Corona-Krise Plötzlich ist wieder der starke Staat gefragt

Eine Lehre gibt es nach den ersten sechs Krisen-Wochen in Deutschland schon: Der Staat ist gefordert wie nie. In der Phase des Neoliberalismus ist viel staatliche Daseinsvorsorge zerschossen worden. Und auch viel Vertrauen.

 Werner Kolhoff

Werner Kolhoff

Foto: SZ/Robby Lorenz

Jetzt wird der starke Staat wieder gebraucht. Helfend, vorsorgend, organisierend. Denn mögen sich noch so viele Menschen umsichtig verhalten, es gibt genug einzelne, die trotz Risikos zur Arbeit gehen, weil das Projekt ja fertig werden muss, oder die schnell noch in das Risikogebiet reisen, weil das Ticket ja gebucht ist. Es gibt sogar welche, die schon Toilettenpapier hamstern.

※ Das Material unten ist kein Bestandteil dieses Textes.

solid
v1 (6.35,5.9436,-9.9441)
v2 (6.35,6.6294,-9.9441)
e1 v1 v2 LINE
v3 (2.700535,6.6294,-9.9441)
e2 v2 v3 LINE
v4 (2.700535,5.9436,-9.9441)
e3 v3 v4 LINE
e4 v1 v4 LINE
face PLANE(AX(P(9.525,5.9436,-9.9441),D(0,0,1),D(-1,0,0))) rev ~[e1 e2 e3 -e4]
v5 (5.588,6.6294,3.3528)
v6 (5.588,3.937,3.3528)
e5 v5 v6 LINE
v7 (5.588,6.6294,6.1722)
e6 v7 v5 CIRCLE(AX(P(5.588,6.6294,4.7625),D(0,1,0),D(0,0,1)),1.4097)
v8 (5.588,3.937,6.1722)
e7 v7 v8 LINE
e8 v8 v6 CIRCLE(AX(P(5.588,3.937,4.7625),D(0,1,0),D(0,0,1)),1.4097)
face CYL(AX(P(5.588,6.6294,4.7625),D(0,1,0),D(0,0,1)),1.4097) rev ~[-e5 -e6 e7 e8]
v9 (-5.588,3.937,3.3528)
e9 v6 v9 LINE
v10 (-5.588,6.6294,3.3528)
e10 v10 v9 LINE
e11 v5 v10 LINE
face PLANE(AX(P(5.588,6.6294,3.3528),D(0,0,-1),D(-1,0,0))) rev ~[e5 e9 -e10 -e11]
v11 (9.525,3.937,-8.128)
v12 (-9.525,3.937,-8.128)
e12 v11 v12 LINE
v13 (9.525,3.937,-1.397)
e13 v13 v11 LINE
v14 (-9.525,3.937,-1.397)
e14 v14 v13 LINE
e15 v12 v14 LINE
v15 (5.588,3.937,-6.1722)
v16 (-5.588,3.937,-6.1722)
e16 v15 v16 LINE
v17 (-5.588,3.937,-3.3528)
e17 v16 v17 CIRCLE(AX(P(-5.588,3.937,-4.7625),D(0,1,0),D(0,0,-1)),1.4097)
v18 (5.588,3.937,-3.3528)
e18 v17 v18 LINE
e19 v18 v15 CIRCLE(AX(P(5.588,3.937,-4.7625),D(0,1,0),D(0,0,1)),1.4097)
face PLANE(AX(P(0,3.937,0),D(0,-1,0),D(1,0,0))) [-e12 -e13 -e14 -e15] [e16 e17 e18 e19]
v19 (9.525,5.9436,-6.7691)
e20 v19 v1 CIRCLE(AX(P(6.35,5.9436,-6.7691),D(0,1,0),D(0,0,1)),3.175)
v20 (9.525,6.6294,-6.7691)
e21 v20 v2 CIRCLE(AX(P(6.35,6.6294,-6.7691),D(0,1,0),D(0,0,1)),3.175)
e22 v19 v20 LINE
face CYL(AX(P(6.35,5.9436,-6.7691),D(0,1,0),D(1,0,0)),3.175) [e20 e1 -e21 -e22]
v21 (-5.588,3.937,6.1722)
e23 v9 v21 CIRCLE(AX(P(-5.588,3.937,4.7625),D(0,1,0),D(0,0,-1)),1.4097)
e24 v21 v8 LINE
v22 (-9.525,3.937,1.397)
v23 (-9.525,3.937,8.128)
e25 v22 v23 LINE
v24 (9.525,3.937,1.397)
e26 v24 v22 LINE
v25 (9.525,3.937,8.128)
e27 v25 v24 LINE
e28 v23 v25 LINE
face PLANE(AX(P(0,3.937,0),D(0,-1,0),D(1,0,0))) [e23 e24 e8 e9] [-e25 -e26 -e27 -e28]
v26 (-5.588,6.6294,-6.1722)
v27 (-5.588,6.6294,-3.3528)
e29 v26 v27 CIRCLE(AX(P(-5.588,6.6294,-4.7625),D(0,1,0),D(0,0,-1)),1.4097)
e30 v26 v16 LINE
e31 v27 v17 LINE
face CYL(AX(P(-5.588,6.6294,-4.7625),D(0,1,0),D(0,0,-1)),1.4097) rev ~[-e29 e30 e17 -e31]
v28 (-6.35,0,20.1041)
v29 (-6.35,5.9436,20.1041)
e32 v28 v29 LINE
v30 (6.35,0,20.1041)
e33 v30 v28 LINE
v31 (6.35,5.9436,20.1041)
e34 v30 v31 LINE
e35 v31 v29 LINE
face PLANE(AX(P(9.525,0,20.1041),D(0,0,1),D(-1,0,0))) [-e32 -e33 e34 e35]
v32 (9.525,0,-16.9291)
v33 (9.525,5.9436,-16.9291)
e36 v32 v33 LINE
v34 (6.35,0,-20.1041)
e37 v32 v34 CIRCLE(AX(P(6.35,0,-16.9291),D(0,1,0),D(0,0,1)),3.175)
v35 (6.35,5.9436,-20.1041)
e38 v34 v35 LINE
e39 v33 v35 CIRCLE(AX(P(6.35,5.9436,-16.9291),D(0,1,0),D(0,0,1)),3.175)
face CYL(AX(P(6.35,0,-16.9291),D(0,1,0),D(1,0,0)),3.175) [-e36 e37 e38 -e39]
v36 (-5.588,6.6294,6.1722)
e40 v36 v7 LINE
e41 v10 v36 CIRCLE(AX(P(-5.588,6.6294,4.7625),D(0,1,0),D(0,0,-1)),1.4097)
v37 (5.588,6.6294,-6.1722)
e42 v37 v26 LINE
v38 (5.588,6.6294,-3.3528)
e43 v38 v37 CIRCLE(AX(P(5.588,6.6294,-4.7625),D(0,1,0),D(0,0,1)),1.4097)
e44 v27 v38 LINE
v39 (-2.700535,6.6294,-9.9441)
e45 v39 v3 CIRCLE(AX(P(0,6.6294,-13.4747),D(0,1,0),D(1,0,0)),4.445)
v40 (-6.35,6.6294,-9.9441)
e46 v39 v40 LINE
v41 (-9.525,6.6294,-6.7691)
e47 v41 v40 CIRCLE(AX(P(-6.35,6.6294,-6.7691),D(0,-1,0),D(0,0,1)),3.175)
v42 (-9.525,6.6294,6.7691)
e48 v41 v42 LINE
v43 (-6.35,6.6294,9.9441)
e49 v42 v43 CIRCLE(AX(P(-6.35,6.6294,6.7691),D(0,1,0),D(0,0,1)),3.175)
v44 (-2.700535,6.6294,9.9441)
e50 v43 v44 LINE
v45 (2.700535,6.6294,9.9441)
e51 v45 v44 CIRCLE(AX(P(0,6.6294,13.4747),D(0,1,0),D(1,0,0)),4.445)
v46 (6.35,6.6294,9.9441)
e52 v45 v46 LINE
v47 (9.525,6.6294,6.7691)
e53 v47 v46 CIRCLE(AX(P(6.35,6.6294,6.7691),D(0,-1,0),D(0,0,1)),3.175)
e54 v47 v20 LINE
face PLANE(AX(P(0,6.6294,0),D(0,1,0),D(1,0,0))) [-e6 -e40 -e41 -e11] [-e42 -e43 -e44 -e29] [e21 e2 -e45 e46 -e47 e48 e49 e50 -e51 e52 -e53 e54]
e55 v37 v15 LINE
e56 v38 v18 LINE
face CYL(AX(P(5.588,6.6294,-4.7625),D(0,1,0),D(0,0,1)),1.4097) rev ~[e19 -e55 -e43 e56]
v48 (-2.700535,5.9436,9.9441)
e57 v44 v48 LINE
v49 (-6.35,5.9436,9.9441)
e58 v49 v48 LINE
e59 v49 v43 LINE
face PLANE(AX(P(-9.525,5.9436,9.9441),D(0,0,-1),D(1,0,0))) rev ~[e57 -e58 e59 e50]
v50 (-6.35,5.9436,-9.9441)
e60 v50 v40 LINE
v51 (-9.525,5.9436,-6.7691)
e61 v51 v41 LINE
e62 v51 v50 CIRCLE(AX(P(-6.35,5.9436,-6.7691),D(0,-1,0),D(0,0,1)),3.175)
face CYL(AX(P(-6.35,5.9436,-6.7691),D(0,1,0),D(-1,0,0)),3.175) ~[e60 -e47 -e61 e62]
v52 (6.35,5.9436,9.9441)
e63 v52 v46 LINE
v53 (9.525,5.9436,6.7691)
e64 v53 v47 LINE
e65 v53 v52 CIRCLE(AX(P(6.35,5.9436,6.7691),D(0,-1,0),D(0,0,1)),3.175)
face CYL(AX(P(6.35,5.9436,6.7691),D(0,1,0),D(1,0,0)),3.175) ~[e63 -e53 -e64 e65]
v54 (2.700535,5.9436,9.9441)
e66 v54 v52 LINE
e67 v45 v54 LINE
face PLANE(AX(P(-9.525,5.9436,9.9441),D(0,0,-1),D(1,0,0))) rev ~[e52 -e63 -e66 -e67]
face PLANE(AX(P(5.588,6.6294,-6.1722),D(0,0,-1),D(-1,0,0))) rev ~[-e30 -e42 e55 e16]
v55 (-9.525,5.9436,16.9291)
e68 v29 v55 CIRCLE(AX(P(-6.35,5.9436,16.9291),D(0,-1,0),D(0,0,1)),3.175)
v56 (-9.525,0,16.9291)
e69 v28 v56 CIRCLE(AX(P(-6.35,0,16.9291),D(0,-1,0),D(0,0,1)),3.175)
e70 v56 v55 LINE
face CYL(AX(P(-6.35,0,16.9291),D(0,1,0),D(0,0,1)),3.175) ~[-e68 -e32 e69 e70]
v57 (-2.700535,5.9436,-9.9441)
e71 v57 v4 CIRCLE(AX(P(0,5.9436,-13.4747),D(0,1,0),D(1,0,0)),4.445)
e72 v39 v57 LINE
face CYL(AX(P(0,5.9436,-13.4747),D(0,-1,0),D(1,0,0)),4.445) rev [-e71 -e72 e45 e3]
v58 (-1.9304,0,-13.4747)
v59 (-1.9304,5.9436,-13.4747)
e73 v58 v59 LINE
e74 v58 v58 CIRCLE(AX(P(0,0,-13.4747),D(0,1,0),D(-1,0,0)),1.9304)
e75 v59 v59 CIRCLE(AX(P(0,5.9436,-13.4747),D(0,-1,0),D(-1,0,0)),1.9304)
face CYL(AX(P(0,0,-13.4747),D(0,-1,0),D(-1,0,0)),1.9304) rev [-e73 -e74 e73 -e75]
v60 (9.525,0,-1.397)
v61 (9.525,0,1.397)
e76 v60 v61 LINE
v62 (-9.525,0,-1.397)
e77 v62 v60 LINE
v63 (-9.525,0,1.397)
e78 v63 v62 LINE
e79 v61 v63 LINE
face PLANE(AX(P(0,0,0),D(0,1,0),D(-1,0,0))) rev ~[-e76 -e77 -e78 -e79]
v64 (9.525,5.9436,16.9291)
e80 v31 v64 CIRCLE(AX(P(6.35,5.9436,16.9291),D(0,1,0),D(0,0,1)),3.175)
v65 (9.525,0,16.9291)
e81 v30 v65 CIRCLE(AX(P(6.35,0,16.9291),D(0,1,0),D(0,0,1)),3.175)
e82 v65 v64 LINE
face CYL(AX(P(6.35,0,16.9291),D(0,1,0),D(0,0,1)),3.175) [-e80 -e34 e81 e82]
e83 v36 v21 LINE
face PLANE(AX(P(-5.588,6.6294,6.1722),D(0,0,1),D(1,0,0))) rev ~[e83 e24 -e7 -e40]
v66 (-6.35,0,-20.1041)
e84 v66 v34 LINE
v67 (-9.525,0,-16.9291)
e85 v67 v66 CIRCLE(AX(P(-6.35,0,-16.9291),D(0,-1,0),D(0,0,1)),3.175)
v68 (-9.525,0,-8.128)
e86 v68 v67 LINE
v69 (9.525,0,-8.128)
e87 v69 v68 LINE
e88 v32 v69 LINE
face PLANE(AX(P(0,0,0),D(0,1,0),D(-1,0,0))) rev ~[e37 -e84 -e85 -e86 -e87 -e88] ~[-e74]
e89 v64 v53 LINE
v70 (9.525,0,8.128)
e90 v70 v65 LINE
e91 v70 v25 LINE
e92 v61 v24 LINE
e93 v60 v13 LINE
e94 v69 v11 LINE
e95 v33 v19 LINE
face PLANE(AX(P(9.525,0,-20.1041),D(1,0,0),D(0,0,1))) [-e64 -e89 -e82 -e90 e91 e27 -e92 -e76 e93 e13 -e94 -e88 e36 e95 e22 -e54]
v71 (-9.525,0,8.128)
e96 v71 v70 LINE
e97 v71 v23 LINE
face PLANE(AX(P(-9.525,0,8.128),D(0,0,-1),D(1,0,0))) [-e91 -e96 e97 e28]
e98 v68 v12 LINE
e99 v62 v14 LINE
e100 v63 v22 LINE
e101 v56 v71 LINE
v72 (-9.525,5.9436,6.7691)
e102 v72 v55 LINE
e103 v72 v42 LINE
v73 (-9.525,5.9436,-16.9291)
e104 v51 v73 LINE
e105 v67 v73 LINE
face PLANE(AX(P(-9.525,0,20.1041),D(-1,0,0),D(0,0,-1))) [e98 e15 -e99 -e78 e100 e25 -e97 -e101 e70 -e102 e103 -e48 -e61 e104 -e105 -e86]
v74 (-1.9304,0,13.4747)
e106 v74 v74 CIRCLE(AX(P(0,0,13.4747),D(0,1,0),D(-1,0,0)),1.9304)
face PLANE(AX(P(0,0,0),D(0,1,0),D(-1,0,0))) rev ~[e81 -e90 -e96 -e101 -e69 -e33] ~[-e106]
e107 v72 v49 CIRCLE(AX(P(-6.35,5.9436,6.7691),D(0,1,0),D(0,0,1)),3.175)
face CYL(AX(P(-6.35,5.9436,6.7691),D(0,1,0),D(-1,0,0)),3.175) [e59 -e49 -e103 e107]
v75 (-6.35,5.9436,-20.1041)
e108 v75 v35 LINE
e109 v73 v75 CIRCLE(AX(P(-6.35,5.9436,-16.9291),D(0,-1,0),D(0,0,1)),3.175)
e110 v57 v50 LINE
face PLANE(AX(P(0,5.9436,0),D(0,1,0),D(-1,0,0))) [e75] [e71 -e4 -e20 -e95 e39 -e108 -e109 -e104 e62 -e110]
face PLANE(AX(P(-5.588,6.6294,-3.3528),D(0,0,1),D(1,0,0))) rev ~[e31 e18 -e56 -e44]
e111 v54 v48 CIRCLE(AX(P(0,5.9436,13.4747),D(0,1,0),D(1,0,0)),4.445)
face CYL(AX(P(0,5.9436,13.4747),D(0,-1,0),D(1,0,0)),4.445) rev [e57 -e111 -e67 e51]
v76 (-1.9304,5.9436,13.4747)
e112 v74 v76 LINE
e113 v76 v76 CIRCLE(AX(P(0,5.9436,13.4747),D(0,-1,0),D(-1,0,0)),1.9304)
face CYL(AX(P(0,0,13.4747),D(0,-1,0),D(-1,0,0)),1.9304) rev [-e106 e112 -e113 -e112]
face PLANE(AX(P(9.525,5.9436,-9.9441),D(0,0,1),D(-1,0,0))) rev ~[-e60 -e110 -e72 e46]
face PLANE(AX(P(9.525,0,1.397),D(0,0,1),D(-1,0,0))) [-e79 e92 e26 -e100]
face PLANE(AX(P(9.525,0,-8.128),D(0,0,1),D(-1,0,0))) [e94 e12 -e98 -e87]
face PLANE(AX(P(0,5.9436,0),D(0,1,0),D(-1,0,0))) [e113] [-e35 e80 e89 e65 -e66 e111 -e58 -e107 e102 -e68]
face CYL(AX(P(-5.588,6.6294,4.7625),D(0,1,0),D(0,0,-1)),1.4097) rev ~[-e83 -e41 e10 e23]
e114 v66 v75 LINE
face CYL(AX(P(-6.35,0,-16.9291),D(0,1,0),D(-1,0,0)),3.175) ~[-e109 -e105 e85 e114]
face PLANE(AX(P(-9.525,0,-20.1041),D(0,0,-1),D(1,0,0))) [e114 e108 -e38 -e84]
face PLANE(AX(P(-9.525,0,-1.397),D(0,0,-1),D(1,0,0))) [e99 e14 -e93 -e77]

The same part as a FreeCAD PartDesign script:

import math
import FreeCAD as App
import Part
import Sketcher
from FreeCAD import Vector
Q = App.Units.Quantity


def edges_at(feature, points):
    """Names of the edges that pass closest to the given points."""
    edges = feature.Shape.Edges
    near = lambda p: min(range(len(edges)), key=lambda i: edges[i].distToShape(Part.Vertex(*p))[0])
    return sorted({f"Edge{near(p) + 1}" for p in points})

doc = App.newDocument("Part")
body = doc.addObject("PartDesign::Body", "Body")

# Sketch on XZ plane
sketch1 = doc.addObject("Sketcher::SketchObject", "Sketch")
body.addObject(sketch1)
sketch1.AttachmentSupport = (doc.XZ_Plane, [""])
sketch1.MapMode = "FlatFace"
sketch1.addGeometry(Part.LineSegment(Vector(-9.5, 20.1, 0), Vector(9.5, 20.1, 0)), False)
sketch1.addGeometry(Part.LineSegment(Vector(9.5, 20.1, 0), Vector(9.5, -20.1, 0)), False)
sketch1.addGeometry(Part.LineSegment(Vector(9.5, -20.1, 0), Vector(-9.5, -20.1, 0)), False)
sketch1.addGeometry(Part.LineSegment(Vector(-9.5, -20.1, 0), Vector(-9.5, 20.1, 0)), False)
sketch1.addGeometry(Part.Circle(Vector(0, -13.5, 0), Vector(0, 0, 1), 1.9), False)
sketch1.addGeometry(Part.Circle(Vector(0, 13.5, 0), Vector(0, 0, 1), 1.9), False)
sketch1.addConstraint(Sketcher.Constraint("Coincident", 0, 2, 1, 1))
sketch1.addConstraint(Sketcher.Constraint("Coincident", 1, 2, 2, 1))
sketch1.addConstraint(Sketcher.Constraint("Coincident", 2, 2, 3, 1))
sketch1.addConstraint(Sketcher.Constraint("Coincident", 3, 2, 0, 1))
sketch1.addConstraint(Sketcher.Constraint("Horizontal", 0))
sketch1.addConstraint(Sketcher.Constraint("Vertical", 1))
sketch1.addConstraint(Sketcher.Constraint("Horizontal", 2))
sketch1.addConstraint(Sketcher.Constraint("Vertical", 3))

In freien Gesellschaften scheitert jede Anordnung, wenn die Einsicht der Bürger fehlt. Es ist ein Balanceakt zwischen Vertrauen und Autorität. Auf der Bundesebene geben Gesundheitsminister Jens Spahn und das Robert-Koch-Institut den Menschen bisher durchaus das Gefühl, dass sie im Krisenmodus arbeiten, sich täglich und intensiv koordinieren und ihre Maßnahmen ständig der neuen Lage anpassen. Auch kommunizieren sie intensiv mit der Öffentlichkeit. Das beruhigt. Allerdings gibt es auch schon kritische Punkte: So ist die Zurückhaltung bei der Absage von Großveranstaltungen, darunter auch Bundesligaspielen mit Publikum, kaum mehr zu verstehen. Problematisch ist auch, dass es in den Ländern offenbar unterschiedliche Standards bei Hotlines, Testzentren und Umgang mit Verdachtsfällen gibt. Nicht alle Landesregierungen arbeiten schon im Krisenmodus. Alle Maßnahmen in einer Region nützen bei freiem Reiseverkehr jedoch wenig, wenn in der anderen geschludert wird.

Außerdem zeigt sich: Ärzte und Kliniken sind der Flaschenhals, durch den diese Krise hindurch muss. Wenn sie ausfallen, geht nichts mehr. Warum gibt es für die Beschäftigten des Gesundheitssystems nicht genug Vorräte an Schutzkleidung? Hat man so etwas im Bundesamt für Bevölkerungsschutz und Katastrophenschutz nie durchgespielt? Wie kann dieses Problem so schnell wie möglich gelöst werden? Nicht auszudenken, wenn das Virus gefährlicher wäre,  als es ist. Dann wäre schon jetzt viel mehr zusammengebrochen.

Die andere große Sorge der Menschen gilt den wirtschaftlichen Folgen. Bisher macht die Bundesregierung zwar den Eindruck, sie habe das Thema im Blick und mit der Ausweitung des Kurzarbeitergeldes und der Liquiditätshilfen für Not leidende Firmen auch die beim derzeitigen Stand der Krise richtigen Mittel im Köcher. Freilich, dass am Sonntagabend der Koalitionsausschuss tagte und sich damit beschäftigte, war eher Zufall. Daraus wird ein dauerhafter Krisenmodus werden müssen, weit oben in der Regierung. Außerdem wird es mit Kreditvergaben nicht reichen; der Gesamtwirtschaft, nicht nur der Reise- und Messebranche, steht eine mächtige Delle bevor, die nach Antworten verlangt. Die große Koalition muss jetzt jeden kleingeistigen Streit unterlassen und alles tun, um die Folgen der Corona-Krise zu mildern. Es gibt in diesem Jahr kein wichtigeres Thema.